UNMC Department of Anesthesiology researchers, Melody Nguyen, Gurudutt Pendyala, PhD, and Kunal Sualy, MD, published a new study in Molecular Psychiatry that raises important questions about chronic midazolam use in premature infants.
Dr. Pendyala said studies indicate that each year, about one in 10 babies in the United States is born prematurely, and many of them spend weeks or months in neonatal intensive care units (NICUs), often requiring sedation to manage pain and stress from medical procedures.
The new study sheds light on how one commonly used sedative, midazolam (also known by the brand name Versed), may have long-term effects on brain development, behavior and physical health when used over extended periods during the neonatal period.
Nguyen said midazolam is commonly used in the NICU for sedation and seizure control, especially in critically ill neonates. While it’s effective for acute symptom management, she said, there is a lack of understanding of how prolonged exposure during sensitive developmental windows may impact long-term brain development, metabolism and behavior.
“Given the rapid and dynamic growth of the neonatal brain, even subtle disruptions during this period can have lasting consequences,” Nguyen said. “Our goal was to systematically examine the potential downstream effects of chronic early-life exposure, using a developmental model that closely mirrors key neurodevelopmental milestones in human infants. Understanding these effects is crucial to balancing immediate clinical needs with long-term neurodevelopmental outcomes.”
Published in Molecular Psychiatry, the study used a preclinical model to mimic how premature infants are exposed to midazolam during critical stages of early brain development.
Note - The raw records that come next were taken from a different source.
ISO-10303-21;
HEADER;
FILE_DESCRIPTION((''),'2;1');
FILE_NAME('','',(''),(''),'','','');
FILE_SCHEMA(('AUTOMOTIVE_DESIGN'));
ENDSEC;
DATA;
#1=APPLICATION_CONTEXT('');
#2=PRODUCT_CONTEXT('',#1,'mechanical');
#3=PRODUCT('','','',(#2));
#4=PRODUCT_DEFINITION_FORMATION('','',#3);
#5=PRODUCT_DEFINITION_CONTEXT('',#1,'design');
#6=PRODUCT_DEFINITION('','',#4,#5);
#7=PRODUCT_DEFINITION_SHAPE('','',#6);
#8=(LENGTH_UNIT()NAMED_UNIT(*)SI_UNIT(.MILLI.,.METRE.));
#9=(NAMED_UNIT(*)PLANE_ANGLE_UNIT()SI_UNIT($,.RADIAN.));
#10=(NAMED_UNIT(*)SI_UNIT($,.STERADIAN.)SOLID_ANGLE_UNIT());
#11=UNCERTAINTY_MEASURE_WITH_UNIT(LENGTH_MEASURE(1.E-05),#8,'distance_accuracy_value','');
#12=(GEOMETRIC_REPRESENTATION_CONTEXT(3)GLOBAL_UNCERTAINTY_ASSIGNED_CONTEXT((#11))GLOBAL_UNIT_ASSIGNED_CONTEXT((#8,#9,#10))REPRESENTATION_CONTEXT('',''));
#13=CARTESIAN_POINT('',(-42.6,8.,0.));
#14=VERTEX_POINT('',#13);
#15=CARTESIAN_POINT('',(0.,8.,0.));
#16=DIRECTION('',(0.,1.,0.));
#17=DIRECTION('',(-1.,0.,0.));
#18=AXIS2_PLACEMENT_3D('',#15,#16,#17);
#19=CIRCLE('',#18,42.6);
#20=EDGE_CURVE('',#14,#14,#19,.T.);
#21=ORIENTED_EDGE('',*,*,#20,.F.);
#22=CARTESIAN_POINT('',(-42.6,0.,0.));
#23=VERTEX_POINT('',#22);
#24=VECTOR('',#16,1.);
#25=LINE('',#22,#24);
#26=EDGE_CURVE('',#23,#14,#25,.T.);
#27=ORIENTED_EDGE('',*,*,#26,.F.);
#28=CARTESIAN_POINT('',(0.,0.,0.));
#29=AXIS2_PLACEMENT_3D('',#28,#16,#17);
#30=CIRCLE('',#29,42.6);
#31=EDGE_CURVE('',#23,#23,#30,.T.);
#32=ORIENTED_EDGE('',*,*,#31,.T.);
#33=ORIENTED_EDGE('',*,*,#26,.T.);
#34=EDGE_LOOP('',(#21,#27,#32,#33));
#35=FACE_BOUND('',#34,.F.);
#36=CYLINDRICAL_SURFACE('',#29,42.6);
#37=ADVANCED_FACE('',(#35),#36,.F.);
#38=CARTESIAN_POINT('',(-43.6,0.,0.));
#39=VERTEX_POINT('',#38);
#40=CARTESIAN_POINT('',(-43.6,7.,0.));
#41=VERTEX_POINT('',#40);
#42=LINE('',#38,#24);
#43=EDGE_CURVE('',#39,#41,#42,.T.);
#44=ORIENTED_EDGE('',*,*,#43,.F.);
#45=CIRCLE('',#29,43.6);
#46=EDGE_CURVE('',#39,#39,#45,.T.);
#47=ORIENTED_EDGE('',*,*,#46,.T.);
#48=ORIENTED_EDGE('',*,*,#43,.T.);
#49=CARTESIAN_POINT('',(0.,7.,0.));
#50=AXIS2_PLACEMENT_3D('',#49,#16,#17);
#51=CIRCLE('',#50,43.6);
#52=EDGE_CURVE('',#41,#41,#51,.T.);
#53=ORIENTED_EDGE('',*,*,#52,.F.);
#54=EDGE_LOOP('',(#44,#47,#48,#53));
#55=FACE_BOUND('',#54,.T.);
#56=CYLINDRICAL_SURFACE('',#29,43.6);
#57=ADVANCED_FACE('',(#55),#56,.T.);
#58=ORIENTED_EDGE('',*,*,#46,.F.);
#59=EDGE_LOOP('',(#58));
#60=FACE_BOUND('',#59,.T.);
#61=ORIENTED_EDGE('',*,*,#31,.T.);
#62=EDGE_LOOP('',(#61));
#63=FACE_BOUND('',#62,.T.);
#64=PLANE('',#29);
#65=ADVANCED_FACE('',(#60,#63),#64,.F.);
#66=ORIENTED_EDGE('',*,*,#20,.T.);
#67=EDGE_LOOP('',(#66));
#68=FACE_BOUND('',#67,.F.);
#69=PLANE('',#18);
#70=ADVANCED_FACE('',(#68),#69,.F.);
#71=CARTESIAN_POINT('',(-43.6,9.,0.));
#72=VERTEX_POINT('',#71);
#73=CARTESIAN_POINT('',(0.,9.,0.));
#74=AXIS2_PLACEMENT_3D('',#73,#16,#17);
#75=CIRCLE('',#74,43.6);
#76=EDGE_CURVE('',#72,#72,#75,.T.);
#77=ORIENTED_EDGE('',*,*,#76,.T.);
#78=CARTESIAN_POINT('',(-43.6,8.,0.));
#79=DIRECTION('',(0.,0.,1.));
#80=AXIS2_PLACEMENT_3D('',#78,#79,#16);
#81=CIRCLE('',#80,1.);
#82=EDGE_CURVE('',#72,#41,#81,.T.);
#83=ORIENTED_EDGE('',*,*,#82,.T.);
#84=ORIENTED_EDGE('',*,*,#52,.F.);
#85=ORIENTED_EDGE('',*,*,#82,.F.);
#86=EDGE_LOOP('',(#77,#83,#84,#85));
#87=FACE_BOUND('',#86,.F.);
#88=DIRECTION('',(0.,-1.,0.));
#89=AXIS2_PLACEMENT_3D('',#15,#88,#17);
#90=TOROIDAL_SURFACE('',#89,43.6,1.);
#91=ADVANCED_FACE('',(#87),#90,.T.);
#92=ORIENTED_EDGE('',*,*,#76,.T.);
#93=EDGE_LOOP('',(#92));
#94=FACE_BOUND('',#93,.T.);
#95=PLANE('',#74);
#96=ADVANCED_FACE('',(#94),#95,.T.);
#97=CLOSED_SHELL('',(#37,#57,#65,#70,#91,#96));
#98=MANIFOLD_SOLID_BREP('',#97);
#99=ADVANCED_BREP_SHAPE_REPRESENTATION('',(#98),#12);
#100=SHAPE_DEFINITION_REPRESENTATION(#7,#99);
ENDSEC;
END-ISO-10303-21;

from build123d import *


with BuildPart() as part:
    # Sketch (on XY_Plane of Origin) → Revolution (revolve)
    with BuildSketch(Plane.XY):
        with BuildLine():
            Line((-42.6, 0), (-43.6, 0))
            Line((-43.6, 0), (-43.6, 7))
            ThreePointArc((-43.6, 9), (-44.6, 8), (-43.6, 7))
            Line((-43.6, 9), (0, 9))
            Line((0, 9), (0, 8))
            Line((-42.6, 8), (0, 8))
            Line((-42.6, 0), (-42.6, 8))
        make_face()
    revolve(axis=Axis((0, 0, 0), (0, 1, 0)))


solid = part.part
While the drug is widely considered safe in the short term, Dr. Pendyala said they found that chronic exposure during early life can lead to lasting changes, including increased anxiety, reduced social interaction, early signs of depression and physical changes such as obesity in adulthood.
“We give this drug to help premature babies feel calm and reduce their anxiety while they’re undergoing painful but necessary procedures,” said Dr. Pendyala. “But our findings suggest that long-term use may come at a cost to their developing brains.”
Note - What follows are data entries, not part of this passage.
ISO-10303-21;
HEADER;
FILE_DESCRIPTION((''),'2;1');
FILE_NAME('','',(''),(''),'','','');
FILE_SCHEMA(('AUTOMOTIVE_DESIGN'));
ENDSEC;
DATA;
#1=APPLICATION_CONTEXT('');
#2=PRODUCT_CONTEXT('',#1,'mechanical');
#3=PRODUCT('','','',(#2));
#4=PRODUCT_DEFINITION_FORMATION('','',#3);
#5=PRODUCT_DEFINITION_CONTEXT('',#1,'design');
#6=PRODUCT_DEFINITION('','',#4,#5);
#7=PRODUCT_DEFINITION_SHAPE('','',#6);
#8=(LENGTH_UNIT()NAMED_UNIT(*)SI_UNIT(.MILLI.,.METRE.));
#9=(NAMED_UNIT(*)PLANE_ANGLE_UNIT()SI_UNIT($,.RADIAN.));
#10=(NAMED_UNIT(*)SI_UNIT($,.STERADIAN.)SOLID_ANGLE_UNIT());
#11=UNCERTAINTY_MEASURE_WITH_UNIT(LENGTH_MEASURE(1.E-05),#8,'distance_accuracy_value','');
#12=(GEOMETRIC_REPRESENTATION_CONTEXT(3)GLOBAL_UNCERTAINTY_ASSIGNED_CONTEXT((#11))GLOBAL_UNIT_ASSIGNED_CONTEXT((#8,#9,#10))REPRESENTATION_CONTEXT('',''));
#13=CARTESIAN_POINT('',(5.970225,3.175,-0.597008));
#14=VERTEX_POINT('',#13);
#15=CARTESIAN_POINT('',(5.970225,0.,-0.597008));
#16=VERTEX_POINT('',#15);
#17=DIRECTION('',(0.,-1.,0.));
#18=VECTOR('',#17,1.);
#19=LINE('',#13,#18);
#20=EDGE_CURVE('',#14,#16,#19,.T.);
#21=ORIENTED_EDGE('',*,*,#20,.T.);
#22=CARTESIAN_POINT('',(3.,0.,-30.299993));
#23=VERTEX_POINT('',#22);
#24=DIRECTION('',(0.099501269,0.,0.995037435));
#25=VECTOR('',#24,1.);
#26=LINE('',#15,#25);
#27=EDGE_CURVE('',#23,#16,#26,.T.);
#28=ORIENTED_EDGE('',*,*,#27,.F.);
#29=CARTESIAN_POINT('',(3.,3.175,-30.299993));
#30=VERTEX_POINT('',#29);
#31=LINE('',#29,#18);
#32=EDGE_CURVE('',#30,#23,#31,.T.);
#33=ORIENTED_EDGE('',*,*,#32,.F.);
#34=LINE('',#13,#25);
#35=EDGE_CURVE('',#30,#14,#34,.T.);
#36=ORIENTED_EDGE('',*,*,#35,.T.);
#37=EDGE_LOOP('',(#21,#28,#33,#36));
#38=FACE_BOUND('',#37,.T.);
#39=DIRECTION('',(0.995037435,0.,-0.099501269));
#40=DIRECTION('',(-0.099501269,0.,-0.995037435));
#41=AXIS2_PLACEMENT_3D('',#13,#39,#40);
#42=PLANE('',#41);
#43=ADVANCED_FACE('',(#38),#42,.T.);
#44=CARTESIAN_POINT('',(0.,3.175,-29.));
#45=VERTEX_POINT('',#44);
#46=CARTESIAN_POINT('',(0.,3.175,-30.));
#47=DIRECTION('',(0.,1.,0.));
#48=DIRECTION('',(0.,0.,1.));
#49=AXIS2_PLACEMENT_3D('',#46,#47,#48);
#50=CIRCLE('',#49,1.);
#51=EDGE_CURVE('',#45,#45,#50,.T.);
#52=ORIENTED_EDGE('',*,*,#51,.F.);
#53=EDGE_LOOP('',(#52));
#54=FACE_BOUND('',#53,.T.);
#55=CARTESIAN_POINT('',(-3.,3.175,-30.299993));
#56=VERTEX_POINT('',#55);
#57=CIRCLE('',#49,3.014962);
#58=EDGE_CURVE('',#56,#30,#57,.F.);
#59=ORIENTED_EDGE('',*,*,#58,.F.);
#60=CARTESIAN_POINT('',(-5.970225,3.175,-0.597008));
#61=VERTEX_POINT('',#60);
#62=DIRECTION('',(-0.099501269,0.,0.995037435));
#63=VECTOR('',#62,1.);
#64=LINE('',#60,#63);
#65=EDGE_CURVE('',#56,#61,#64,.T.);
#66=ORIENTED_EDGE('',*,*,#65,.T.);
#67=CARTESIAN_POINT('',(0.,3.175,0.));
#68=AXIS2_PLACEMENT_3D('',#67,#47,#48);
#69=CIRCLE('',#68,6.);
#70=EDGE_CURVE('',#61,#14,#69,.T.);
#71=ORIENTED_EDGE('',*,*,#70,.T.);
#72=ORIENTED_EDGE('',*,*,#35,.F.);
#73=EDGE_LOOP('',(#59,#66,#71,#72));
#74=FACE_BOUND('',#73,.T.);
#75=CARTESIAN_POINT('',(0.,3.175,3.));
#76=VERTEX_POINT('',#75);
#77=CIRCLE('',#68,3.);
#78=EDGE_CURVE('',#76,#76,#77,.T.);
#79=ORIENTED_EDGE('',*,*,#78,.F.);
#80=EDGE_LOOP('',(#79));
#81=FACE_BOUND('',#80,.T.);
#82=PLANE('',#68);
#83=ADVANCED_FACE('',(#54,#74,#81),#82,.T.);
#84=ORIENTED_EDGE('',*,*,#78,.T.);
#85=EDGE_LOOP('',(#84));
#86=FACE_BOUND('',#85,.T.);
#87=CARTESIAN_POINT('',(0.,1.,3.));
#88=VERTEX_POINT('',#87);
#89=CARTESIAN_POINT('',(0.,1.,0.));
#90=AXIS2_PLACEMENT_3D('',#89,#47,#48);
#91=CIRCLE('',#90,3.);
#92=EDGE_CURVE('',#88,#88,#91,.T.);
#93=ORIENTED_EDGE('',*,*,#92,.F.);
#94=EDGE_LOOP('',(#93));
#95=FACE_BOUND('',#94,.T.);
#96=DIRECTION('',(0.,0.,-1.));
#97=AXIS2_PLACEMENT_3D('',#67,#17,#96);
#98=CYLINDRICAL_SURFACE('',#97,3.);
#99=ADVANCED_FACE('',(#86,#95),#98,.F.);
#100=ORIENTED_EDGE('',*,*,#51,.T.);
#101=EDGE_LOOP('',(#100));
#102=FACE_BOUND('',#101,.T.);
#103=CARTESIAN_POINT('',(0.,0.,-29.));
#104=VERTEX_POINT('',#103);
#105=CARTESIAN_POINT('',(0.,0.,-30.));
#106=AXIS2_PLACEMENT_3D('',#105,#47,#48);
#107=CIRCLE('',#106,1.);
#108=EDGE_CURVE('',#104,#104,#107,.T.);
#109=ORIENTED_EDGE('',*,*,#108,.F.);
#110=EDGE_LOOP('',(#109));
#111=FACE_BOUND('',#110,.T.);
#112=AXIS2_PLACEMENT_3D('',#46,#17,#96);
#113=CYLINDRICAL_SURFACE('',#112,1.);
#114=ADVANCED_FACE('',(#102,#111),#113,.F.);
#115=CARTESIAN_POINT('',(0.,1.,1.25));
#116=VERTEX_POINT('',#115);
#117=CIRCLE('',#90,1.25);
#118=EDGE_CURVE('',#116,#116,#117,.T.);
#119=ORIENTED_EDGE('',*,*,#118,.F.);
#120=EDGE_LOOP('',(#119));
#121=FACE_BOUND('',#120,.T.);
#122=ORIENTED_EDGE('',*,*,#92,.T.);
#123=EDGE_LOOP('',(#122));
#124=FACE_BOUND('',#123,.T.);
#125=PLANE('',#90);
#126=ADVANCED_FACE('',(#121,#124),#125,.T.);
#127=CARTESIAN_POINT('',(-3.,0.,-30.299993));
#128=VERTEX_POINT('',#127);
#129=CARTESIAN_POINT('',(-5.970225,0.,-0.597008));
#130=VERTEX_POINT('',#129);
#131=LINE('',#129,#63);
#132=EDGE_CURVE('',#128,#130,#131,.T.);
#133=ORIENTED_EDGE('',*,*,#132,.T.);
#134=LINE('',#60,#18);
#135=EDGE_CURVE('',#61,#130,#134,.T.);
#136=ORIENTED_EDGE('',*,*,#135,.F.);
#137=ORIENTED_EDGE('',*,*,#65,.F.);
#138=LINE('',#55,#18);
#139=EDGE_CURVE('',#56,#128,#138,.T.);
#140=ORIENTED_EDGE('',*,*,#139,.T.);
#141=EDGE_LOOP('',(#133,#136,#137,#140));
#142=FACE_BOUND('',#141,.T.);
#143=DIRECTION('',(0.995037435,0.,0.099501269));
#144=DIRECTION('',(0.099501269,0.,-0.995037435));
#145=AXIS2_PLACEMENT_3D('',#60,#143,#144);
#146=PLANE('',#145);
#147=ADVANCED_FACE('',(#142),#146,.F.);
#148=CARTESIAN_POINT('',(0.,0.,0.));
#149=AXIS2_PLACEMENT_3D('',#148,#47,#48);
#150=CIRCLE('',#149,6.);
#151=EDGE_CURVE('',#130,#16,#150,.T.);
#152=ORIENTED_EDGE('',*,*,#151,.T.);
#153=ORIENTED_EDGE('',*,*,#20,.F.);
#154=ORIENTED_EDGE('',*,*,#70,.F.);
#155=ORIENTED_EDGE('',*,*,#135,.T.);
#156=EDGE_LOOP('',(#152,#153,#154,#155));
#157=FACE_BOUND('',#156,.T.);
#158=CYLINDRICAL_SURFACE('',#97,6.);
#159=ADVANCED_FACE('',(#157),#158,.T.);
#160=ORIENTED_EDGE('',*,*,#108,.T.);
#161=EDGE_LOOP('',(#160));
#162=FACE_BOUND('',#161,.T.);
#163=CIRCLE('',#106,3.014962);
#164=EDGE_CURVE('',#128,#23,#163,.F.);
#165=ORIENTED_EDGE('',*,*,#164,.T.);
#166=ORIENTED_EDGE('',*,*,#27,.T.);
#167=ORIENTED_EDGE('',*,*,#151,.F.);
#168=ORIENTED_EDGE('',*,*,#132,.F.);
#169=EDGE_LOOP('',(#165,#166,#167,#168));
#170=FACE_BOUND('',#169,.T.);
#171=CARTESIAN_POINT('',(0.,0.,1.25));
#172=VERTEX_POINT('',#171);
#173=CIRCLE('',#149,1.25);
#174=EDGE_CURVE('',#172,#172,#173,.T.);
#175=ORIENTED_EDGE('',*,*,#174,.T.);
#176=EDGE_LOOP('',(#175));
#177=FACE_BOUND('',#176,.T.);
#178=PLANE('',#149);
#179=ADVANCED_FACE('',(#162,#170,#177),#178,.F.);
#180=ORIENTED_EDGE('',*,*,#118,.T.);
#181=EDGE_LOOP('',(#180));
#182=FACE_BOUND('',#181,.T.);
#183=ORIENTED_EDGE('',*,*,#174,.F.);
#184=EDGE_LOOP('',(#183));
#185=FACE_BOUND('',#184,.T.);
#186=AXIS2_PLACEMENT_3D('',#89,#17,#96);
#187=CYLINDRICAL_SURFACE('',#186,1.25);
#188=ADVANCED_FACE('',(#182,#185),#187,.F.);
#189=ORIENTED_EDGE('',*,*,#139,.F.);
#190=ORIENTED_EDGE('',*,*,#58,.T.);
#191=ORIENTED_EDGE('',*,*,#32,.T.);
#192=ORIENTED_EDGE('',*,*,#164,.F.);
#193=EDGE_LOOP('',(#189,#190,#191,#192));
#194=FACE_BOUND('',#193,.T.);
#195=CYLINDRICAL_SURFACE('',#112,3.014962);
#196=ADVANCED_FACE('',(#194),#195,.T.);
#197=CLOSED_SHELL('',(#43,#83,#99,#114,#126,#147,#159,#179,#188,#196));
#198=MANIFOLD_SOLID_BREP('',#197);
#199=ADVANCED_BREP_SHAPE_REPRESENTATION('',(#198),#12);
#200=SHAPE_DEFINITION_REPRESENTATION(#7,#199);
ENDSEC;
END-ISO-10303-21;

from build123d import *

# Parameters (mm, degrees)
SKETCH2_R           = 1
SKETCH2_R_2         = 3
BOSS_EXTRUDE1_DEPTH = 3.175
SKETCH2_4_R         = 3
SKETCH2_4_R_2       = 1.25
BOSS_EXTRUDE2_DEPTH = 1


with BuildPart() as part:
    # Sketch2 → Boss-Extrude1 (new body)
    with BuildSketch(Plane(origin=(0, 0, 0), x_dir=(1, 0, 0), z_dir=(0, 1, 0))):
        with BuildLine():
            Line((-3, 30.299992538), (-5.970224612, 0.597007611))
            ThreePointArc((-5.970224612, 0.597007611), (0, -6), (5.970224612, 0.597007611))
            Line((5.970224612, 0.597007611), (3, 30.299992538))
            ThreePointArc((3, 30.299992538), (0, 33.014961944), (-3, 30.299992538))
        make_face()
        with Locations(Location((0, 30, 0), (0, 0, 270))):
            Circle(SKETCH2_R, mode=Mode.SUBTRACT)
        with Locations(Location((0, 0, 0), (0, 0, 270))):
            Circle(SKETCH2_R_2, mode=Mode.SUBTRACT)
    extrude(amount=BOSS_EXTRUDE1_DEPTH)

    # Sketch2<4> → Boss-Extrude2 (add)
    with BuildSketch(Plane(origin=(0, 0, 0), x_dir=(1, 0, 0), z_dir=(0, 1, 0))):
        with Locations(Location((0, 0, 0), (0, 0, 270))):
            Circle(SKETCH2_4_R)
        with Locations(Location((0, 0, 0), (0, 0, 270))):
            Circle(SKETCH2_4_R_2, mode=Mode.SUBTRACT)
    extrude(amount=BOSS_EXTRUDE2_DEPTH)


solid = part.part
Dr. Sualy said the long-term effects are not entirely known, especially after prolonged exposure. “As with any medication, it is important to understand the potential long-term effects of midazolam, and provide this information to medical providers and families of patients, to allow for informed decision-making,” he said.
The team used animal models to track midazolam during early development into adulthood, examining behavior, brain chemistry and physical growth. “Early on, the sedated animals showed slower physical development,” said Dr. Pendyala. “But as they matured, they became heavier than their peers, suggesting changes in appetite regulation or stress-related eating.”
Dr. Pendyala added the study also revealed that these animals had lower levels of dopamine, a chemical associated with feelings of reward and motivation. “This drop in dopamine was linked to signs of increased anxiety, social withdrawal, and depressive-like behaviors, particularly during adolescence, a time of heightened social development.”
Dr. Pendyala said they found increased brain inflammation in adulthood, despite no clear signs of inflammation during the neonatal treatment period. This delayed onset suggests that the drug may have subtle, lasting effects that only emerge later in life.
“This is the first study to follow the effects of chronic midazolam exposure across all stages of development—from infancy to adulthood,” said Dr. Pendyala. “Until now, research was mostly limited to short-term effects or cell culture studies that don’t capture the complexity of brain development.”
The project began as the PhD thesis of graduate student Melody Nguyen and included key contributions from Kunal Sualy, MD, associate professor at the UNMC Department of Anesthesiology.
“What surprised me most was how subtle but persistent some of the long-term effects were,” Nguyen said. “Although early changes in growth factor expression were not statistically significant, we later saw a clear and significant increase in these markers in young adulthood, suggesting a delayed or compensatory response.”
Nguyen said this delayed emergence of molecular changes, especially in the absence of major early structural abnormalities, highlighted how early drug exposure may reprogram developmental pathways in ways that only manifest later in life.
“It was also unexpected to see signs of social anxiety and altered neurotransmitter levels appear transiently during adolescence but not persist into adulthood,” she said. “These findings emphasize that early-life exposures don’t always cause immediate or visible harm but may quietly shape neurodevelopmental trajectories over time.”
Dr. Pendyala emphasized while the findings don’t suggest that midazolam should be abandoned altogether, especially when it’s needed to reduce pain, they do raise important questions about dosage and duration, especially for the most vulnerable patients.
The team is now exploring alternative sedatives, including a drug called dexmedetomidine (Precedex), which may have anti-inflammatory properties and could be safer for long-term use. They’re also planning further studies using single-cell spatial transcriptomics to identify which types of brain cells are most affected and why.
“These babies are incredibly resilient, but they’re also incredibly vulnerable,” said Dr. Pendyala. “As we learn more, our hope is to help improve the long-term outcomes for children who start life in the NICU.”
“It truly takes a team to accomplish a high-quality research project and successfully get it published,” said Dr. Sualy. “We were lucky to have Dr. Pendyala guiding us and providing effective support and education.”